Que se incorporem vocábulos, que aumentemos sempre o vocabulário da língua portuguesa (desde que necessário), mas que respeitemos as suas regras que, se não são eternas, que sejam duradouras. Vejam bem, não estou a dizer que a língua seja estática, rígida como a rocha, mas que tenha a sua estrutura cuidada, porque se não, desmorona.

Acho que ser democrata com uma língua é antes de mais nada respeitá-la como ela é, como é a sua natureza. Ela é do povo, sim, mas não para que o povo faça dela o que quiser. Por mais variado que seja esse povo, ele requer uniformidade na língua para permanecer unido. Ser democrata é, portanto, não permitir que os "aventureiros" (para não empregar outra palavra) ditem a cada dia as novas regras do português. Isso, sem dúvida, me lembra muito mais anarquia do que democracia.

JC


----------



## Denis555

Querido Joca, 

Veja só duas coisas que eu quero comentar nessa minha centésima postagem aqui.


> Mas daí dizer que "eu vi ele na rua" é correto ou pode vir a ser correto, há um mar de diferença: acho que isso é quase como cometer um atentado contra a língua portuguesa. Se hoje admitimos essa forma espúria no Brasil, amanhã o que impedirá que digamos: "Ele viu eu na rua"? Podemos achar graça nisso? Onde vamos parar?


Sobre o pronome "ele", veja o que diz o Dicionário Alrélio:
*ele*
*(ê) [Do lat. ille.] *
*Pronome pessoal. [...]*

*"Na fase arcaica da língua, empregou-se como objeto direto, uso que persiste no Brasil, entre pessoas incultas e na fala de pessoas cultas descuidadas: *
_*Vi ele."*_

Daí podemos concluir que não é uma coisa tão nova assim. Voltemos ao bom e _*velho*_ português! Se é isso que é importante. Outra coisa, o pronome "ele" como objeto direto é falado por todos-incultos e cultos. Vejo que nesse caso, não devemos nos reter ao passado?!?   





> O português é uma língua tão bonita - já se disse "a última flor do Lácio" - e a beleza também está na correção.


 
Aqui, gostaria de continuar o primeiro verso do *belíssimo* poema que você citou de Olavo Bilac: 
"Última flor do Lácio, *inculta* e bela,"

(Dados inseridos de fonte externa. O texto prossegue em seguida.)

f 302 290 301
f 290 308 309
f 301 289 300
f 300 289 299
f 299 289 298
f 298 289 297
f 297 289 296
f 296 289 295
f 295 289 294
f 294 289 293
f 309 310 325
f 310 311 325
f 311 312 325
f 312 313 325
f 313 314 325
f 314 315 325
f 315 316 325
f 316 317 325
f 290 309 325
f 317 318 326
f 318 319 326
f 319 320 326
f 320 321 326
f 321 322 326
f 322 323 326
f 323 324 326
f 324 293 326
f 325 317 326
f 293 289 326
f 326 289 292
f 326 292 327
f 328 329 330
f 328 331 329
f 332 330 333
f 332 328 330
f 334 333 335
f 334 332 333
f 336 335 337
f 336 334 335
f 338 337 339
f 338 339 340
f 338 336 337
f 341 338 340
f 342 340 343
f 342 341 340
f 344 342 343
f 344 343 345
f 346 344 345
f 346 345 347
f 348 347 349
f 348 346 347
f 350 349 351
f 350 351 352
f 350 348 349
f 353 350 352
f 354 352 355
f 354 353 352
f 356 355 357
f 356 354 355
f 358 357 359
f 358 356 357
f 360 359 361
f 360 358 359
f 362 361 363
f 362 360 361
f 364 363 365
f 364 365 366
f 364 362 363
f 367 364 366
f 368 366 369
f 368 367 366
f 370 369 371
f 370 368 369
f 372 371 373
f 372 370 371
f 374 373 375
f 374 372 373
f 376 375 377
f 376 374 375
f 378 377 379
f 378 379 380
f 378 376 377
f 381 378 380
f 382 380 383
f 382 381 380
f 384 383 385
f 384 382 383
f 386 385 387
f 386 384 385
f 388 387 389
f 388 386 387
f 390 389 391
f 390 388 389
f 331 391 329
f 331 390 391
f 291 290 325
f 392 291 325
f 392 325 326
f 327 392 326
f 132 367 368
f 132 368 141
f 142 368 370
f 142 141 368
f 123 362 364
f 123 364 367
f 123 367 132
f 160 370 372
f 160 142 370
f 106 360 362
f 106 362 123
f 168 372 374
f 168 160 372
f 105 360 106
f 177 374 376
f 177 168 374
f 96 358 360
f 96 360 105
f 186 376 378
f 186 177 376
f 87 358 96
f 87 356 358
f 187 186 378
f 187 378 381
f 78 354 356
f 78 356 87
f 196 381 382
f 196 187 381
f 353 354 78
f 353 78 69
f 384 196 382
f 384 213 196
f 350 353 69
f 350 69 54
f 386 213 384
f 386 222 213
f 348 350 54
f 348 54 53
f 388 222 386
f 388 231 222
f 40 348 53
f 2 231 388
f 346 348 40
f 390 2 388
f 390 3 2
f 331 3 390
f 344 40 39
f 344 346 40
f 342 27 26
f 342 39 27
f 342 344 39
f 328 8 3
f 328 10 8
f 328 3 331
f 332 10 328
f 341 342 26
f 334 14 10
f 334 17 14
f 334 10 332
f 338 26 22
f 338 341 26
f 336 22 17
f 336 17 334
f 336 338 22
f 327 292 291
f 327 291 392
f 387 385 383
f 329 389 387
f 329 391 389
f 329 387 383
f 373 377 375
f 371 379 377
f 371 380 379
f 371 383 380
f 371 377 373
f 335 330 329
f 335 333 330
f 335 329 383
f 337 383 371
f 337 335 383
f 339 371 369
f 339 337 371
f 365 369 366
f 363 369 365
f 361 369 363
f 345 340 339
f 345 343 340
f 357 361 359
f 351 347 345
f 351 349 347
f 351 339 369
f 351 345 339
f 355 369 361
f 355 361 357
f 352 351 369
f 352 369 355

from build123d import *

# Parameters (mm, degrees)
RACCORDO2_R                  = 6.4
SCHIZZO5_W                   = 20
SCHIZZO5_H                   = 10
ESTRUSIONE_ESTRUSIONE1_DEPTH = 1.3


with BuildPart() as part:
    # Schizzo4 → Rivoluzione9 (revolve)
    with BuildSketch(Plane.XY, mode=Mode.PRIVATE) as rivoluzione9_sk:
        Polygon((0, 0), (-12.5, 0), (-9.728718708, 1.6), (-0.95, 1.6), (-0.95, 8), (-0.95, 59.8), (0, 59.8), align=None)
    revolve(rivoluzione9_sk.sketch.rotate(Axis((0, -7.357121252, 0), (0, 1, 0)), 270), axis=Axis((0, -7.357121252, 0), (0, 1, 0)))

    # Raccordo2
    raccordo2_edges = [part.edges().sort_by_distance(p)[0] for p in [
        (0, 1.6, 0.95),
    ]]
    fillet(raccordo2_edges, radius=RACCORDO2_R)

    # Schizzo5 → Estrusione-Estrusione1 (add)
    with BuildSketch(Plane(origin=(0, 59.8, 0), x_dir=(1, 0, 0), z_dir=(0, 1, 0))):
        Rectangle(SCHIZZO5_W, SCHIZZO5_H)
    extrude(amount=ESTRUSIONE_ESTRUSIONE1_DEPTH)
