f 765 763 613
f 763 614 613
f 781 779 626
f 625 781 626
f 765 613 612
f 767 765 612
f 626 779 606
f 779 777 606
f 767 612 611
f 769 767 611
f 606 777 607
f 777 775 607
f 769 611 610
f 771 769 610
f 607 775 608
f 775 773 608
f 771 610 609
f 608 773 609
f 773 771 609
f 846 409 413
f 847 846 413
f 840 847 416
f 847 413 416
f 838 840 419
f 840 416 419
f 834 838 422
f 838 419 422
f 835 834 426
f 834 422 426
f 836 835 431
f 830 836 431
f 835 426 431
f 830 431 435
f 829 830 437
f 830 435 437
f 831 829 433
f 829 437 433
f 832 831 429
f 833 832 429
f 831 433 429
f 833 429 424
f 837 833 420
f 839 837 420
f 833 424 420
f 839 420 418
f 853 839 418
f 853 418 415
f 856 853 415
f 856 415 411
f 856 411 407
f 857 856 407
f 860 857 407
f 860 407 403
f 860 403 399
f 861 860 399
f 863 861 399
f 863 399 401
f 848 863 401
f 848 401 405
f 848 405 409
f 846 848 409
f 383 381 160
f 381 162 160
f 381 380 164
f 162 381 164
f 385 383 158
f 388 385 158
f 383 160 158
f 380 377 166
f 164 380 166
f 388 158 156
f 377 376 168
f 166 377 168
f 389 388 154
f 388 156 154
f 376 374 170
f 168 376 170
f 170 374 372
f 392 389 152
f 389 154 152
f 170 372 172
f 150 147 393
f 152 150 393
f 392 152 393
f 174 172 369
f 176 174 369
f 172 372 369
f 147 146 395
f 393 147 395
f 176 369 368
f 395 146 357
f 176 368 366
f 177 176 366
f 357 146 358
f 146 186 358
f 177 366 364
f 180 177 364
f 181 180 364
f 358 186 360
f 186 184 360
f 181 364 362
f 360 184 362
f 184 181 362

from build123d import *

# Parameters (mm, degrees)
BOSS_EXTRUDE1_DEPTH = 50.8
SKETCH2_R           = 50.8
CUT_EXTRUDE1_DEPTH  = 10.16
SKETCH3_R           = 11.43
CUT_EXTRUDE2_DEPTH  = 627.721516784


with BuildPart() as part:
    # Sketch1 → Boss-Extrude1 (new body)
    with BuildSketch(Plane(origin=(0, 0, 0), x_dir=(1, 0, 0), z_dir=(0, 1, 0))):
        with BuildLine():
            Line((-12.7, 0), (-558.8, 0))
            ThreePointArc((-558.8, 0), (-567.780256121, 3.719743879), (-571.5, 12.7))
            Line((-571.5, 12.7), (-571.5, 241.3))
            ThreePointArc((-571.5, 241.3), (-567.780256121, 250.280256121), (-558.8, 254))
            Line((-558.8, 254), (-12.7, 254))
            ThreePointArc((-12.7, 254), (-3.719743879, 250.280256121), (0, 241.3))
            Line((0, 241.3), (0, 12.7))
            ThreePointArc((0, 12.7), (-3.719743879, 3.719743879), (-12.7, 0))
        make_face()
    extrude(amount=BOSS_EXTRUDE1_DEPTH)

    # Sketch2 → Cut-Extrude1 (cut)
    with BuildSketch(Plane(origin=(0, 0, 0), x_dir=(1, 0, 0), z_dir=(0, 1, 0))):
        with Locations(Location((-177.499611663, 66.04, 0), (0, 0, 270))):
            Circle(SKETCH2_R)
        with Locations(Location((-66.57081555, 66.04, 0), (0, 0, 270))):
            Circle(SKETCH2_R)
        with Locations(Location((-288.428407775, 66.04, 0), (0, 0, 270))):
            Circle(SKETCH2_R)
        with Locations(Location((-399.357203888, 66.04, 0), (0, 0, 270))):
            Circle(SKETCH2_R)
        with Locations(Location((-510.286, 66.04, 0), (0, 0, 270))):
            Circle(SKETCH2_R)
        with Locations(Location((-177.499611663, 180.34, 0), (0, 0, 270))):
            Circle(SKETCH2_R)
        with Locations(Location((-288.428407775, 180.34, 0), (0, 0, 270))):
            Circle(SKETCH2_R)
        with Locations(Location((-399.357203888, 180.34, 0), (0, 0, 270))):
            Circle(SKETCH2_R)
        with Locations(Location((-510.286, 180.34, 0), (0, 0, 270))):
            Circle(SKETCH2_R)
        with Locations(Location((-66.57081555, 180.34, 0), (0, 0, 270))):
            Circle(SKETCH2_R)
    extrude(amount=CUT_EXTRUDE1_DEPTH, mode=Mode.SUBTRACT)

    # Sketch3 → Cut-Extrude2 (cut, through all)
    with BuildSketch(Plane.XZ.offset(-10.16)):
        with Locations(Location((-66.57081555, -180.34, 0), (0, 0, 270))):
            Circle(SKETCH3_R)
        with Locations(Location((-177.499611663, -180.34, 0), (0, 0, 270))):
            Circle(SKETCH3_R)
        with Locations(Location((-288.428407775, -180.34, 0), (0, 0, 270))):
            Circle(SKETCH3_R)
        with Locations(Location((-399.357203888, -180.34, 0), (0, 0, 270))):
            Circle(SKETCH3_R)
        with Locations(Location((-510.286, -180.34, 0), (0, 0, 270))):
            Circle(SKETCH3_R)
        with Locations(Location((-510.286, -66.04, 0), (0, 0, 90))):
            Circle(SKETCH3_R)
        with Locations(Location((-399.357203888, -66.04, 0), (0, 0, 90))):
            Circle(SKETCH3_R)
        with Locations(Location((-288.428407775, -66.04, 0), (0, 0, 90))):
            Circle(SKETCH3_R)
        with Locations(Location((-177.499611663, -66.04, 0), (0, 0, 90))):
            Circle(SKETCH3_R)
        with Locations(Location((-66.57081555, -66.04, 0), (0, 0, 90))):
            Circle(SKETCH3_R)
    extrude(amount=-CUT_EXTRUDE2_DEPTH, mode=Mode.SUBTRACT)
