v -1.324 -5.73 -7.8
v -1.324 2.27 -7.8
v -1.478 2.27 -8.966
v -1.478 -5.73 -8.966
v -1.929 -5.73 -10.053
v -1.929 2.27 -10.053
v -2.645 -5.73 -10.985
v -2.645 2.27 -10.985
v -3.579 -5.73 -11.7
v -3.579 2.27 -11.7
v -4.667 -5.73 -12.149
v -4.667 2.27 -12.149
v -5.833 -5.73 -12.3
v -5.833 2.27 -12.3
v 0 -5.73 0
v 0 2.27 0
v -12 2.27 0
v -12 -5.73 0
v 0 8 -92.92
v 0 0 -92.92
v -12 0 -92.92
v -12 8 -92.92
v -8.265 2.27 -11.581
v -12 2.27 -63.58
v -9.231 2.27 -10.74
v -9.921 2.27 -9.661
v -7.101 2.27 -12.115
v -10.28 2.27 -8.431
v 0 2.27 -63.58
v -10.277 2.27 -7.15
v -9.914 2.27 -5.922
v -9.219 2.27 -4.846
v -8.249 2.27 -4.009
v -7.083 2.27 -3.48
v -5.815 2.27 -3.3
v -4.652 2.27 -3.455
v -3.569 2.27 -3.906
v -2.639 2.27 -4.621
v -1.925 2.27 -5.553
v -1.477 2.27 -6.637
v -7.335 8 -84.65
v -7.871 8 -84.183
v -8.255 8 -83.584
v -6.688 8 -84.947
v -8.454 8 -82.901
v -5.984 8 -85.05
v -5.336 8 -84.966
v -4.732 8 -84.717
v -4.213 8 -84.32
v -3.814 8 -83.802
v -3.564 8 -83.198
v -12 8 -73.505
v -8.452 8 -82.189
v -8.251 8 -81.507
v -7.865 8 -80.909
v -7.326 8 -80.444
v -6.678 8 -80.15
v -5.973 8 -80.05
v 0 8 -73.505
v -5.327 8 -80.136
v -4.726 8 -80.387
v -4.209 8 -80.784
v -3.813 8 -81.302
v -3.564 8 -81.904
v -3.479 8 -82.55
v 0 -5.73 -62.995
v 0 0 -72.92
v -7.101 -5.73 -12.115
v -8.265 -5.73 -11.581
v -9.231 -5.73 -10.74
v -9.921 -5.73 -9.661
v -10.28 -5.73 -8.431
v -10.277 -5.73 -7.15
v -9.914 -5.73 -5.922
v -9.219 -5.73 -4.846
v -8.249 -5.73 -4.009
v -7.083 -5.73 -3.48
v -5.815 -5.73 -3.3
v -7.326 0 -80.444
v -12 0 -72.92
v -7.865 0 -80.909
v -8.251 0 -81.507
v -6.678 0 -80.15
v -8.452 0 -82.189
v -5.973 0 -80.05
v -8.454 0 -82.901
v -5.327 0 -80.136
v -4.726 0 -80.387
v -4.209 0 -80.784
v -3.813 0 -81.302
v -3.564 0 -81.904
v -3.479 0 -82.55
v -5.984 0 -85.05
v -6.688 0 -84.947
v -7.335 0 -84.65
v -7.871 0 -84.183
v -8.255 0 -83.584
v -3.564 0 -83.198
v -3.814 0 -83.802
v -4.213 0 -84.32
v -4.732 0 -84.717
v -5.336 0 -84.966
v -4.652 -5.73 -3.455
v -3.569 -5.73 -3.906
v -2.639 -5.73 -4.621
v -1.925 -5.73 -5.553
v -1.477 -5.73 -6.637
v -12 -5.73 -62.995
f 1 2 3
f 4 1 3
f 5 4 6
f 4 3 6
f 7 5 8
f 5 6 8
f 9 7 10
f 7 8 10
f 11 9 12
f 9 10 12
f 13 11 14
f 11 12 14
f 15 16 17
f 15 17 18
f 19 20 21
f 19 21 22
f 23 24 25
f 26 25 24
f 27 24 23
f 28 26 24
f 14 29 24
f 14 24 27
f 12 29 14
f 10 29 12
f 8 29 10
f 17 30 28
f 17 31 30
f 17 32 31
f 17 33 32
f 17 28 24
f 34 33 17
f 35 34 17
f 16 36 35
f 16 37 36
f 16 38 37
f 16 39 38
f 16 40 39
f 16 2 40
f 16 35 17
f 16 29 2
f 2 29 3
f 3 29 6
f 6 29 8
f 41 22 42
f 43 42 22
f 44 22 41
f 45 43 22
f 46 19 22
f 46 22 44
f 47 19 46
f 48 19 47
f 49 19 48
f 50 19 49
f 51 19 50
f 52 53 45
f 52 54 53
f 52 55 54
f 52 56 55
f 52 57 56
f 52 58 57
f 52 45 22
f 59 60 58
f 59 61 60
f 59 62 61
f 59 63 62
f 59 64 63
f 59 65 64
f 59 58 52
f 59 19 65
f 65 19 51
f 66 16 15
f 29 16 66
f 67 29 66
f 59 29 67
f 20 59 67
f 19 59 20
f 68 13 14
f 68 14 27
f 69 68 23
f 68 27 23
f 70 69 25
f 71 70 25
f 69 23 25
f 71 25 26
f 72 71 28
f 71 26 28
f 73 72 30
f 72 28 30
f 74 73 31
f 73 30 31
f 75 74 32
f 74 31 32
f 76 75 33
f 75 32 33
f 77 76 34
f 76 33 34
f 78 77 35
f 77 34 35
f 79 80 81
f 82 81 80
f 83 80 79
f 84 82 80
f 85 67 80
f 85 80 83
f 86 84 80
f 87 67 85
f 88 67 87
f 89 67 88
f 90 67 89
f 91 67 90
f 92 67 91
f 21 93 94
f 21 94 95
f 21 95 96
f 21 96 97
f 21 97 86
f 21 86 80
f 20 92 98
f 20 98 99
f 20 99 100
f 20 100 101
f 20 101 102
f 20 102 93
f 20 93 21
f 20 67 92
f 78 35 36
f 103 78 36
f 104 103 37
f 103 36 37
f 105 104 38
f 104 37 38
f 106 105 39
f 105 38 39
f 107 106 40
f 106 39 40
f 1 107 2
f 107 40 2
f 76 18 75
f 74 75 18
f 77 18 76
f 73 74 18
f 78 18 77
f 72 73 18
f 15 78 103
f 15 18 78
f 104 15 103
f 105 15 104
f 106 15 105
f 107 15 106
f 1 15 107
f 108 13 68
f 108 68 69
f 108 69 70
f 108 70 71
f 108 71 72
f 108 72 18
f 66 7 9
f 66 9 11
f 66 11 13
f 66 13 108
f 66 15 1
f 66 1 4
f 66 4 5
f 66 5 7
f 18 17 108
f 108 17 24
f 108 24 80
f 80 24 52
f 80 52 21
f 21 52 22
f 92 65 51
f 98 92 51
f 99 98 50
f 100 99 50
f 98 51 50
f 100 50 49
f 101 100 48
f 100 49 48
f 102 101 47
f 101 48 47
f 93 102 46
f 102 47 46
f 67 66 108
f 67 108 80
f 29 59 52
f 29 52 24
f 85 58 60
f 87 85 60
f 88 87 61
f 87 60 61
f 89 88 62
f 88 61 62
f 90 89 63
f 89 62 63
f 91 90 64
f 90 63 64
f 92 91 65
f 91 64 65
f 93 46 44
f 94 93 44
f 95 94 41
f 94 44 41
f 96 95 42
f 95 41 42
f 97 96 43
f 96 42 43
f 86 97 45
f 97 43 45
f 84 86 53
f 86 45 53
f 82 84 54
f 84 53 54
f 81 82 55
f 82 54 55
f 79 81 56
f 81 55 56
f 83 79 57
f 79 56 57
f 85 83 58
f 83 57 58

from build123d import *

# Parameters (mm, degrees)
BOSS_EXTRUDE1_DEPTH = 12
CUT_EXTRUDE1_DEPTH  = 13.73


with BuildPart() as part:
    # Sketch1 → Boss-Extrude1 (new body)
    with BuildSketch(Plane(origin=(0, 0, 0), x_dir=(0, 0, -1), z_dir=(1, 0, 0))):
        Polygon((62.995348873, -5.73), (72.92, 0), (92.92, 0), (92.92, 3.314764861), (92.92, 8), (73.504568374, 8), (63.579917247, 2.27), (0, 2.27), (0, 0), (0, -5.73), (26.973026027, -5.73), align=None)
    extrude(amount=-BOSS_EXTRUDE1_DEPTH)

    # Sketch2 → Cut-Extrude1 (cut)
    with BuildSketch(Plane(origin=(0, 8, 0), x_dir=(1, 0, 0), z_dir=(0, 1, 0))):
        with BuildLine():
            ThreePointArc((-5.833418362, 12.299990394), (-10.32411062, 7.790701865), (-5.814822091, 3.300009606))
            Line((-5.814822091, 3.300009606), (-5.833418362, 12.299990394))
        make_face()
        with BuildLine():
            Line((-5.833418362, 12.299990394), (-5.814822091, 3.300009606))
            ThreePointArc((-5.814822091, 3.300009606), (-2.63885402, 4.621308572), (-1.324120226, 7.8))
            ThreePointArc((-1.324120226, 7.8), (-2.645428798, 10.985266206), (-5.833418362, 12.299990394))
        make_face()
        with BuildLine():
            ThreePointArc((-5.983738594, 85.0500168), (-8.478567627, 82.544856506), (-5.973407332, 80.050027474))
            Line((-5.973407332, 80.050027474), (-5.983738594, 85.0500168))
        make_face()
        with BuildLine():
            Line((-5.983738594, 85.0500168), (-5.973407332, 80.050027474))
            ThreePointArc((-5.973407332, 80.050027474), (-4.208980626, 80.784082455), (-3.478572963, 82.550022137))
            ThreePointArc((-3.478572963, 82.550022137), (-4.212633281, 84.319614474), (-5.983738594, 85.0500168))
        make_face()
    extrude(amount=-CUT_EXTRUDE1_DEPTH, mode=Mode.SUBTRACT)


solid = part.part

Interessante você ter falado: "_a beleza também está na correção"_ o poema me parece sugerir *justamente o contrário*!

A respeito disso, deixo todos aqui com esse artigo da Professora *Sandra Kezen *onde ela fala próprio sobre isso, usando o mesmo poema:

"Todos nós sabemos que *o português veio do latim “vulgar*”, sendo assim, todos nós falamos, por via de conseqüência, *uma língua inculta*, obviamente.[...]"
O resto se encontra aqui.

Uma abraço e muitos ovinhos de Páscoa *de chocolate* a todos!


----------



## Joca

Denis555 said:


> Querido Joca,
> 
> Veja só duas coisas que eu quero comentar nessa minha centésima postagem aqui.
> 
> Sobre o pronome "ele", veja o que diz o Dicionário Alrélio:
> *ele*
> *(ê) [Do lat. ille.] *
> *Pronome pessoal. [...]*
> 
> *"Na fase arcaica da língua, empregou-se como objeto direto, uso que persiste no Brasil, entre pessoas incultas e na fala de pessoas cultas descuidadas: *
> _*Vi ele."*_
> 
> Daí podemos concluir que não é uma coisa tão nova assim. Voltemos ao bom e _*velho*_ português! Se é isso que é importante. Outra coisa, o pronome "ele" como objeto direto é falado por todos-incultos e cultos. Vejo que nesse caso, não devemos nos reter ao passado?!?
> 
> 
> 
> 
> 
> Aqui, gostaria de continuar o primeiro verso do *belíssimo* poema que você citou de Olavo Bilac:
> "Última flor do Lácio, *inculta* e bela,"
> 
> Interessante você ter falado: "_a beleza também está na correção"_ o poema me parece sugerir *justamente o contrário*!
> 
> A respeito disso, deixo todos aqui com esse artigo da Professora *Sandra Kezen *onde ela fala próprio sobre isso, usando o mesmo poema:
> 
> "Todos nós sabemos que *o português veio do latim “vulgar*”, sendo assim, todos nós falamos, por via de conseqüência, *uma língua inculta*, obviamente.[...]"
> O resto se encontra aqui.
> 
> Uma abraço e muitos ovinhos de Páscoa *de chocolate* a todos!


 
Olá Denis!

Parabéns pelo seu centésimo "post". Engraçado, há pouco tempo aqui estivemos a discutir que palavra portuguesa poderia traduzir "post" a contento, mas parece que ainda não a encontramos, se é que ela existe.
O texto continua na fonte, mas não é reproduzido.